Prim’s twisted thoughts and nightmarish deeds are mind-reeling and stomach-turning ... Mr. Nesbø excels at manipulating this sort of ghoulish material. He can heighten suspense with a single word and wrong-foot the most attentive customer.
Deeply dark and graphically gruesome... while also drily funny at times ... Killing Moon is not the easiest book to jump into for anyone who hasn’t read the whole series, but it’s riveting even if you don’t know all the history.
Despite deep dives into a serial killer’s manipulative psyche and unflinching hard-boiled brutality, this is a virtual romp as far as Harry Hole stories go ... Nesbø sweetens the storytelling pot by wrapping fears of bioweapons in twisted-love and revenge themes and offering a master class in uncontrived red herrings
Nesbø never releases the heartstrings through an otherwise classic dark police procedural ... Fans of the series will find this sleuth’s grief and loss powerful and will appreciate how life forces Harry back into the work he does so well. Newcomers to Nesbø’s well-established investigations won’t struggle for context, though.
There are a lot of noxious details in Killing Moon ... In plotting this book, Nesbø gives us a heap of misleading clues, mistaken arrests, red herrings and blind alleys. He is a master of misdirection.
Killing Moon is so cruelly, brutally misogynistic and brimming with every savage cliche of crime fiction that it’s barely readable ... Storytelling that relies on tired cliches that frame women as hapless gold-digging victims who are lucky to have an ancient, alcoholic ex-cop on their case is a literary tradition we can do without.

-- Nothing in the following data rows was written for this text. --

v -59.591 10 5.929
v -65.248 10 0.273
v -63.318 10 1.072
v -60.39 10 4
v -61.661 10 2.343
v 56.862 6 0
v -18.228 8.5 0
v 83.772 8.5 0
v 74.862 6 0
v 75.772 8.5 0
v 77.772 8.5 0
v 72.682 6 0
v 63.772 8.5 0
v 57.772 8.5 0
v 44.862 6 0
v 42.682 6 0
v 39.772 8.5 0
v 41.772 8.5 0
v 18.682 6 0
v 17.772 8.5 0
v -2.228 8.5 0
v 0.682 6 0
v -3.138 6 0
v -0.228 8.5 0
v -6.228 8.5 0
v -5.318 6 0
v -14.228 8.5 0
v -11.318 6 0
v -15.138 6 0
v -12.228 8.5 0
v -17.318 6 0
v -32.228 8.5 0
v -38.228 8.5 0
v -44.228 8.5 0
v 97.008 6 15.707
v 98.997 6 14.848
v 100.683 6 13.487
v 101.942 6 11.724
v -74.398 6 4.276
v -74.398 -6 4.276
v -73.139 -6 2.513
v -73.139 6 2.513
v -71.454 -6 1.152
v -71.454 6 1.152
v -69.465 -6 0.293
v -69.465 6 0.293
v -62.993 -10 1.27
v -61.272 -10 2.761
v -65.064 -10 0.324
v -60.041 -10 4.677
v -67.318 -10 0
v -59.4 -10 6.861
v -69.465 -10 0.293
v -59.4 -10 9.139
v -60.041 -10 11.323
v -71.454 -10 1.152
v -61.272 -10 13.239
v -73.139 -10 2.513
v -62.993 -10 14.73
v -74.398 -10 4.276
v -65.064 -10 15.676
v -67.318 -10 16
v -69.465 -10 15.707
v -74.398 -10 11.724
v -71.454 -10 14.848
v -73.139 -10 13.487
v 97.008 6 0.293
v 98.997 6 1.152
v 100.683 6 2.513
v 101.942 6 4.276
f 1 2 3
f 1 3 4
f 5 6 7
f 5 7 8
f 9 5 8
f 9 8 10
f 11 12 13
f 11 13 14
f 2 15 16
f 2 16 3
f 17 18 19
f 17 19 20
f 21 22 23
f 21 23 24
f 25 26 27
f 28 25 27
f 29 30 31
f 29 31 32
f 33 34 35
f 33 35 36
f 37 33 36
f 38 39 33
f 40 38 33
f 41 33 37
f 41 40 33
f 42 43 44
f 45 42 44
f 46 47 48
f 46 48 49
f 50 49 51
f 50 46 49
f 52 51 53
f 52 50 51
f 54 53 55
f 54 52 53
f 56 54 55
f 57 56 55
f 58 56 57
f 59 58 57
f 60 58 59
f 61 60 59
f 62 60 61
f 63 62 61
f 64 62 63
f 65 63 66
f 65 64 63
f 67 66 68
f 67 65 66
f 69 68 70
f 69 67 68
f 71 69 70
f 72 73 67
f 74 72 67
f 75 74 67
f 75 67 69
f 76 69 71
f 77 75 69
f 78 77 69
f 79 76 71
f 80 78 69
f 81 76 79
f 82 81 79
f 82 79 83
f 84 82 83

Like the old pro he is, Nesbø doles out some teasing details about the killer, who calls himself Prim, early on while withholding enough information about Prim’s modus operandi, motive, and true identity to keep the pages fluttering long past bedtime. A battered hero, a memorably creepy villain, a series of false endings worthy of Jeffery Deaver: What’s not to love?
Covers familiar terrain in a too familiar way ... The killer’s unusually gruesome method is the book’s only novelty—otherwise, Nesbø hits all the typical beats of a serial killer thriller ... This is a shadow of the author’s best work.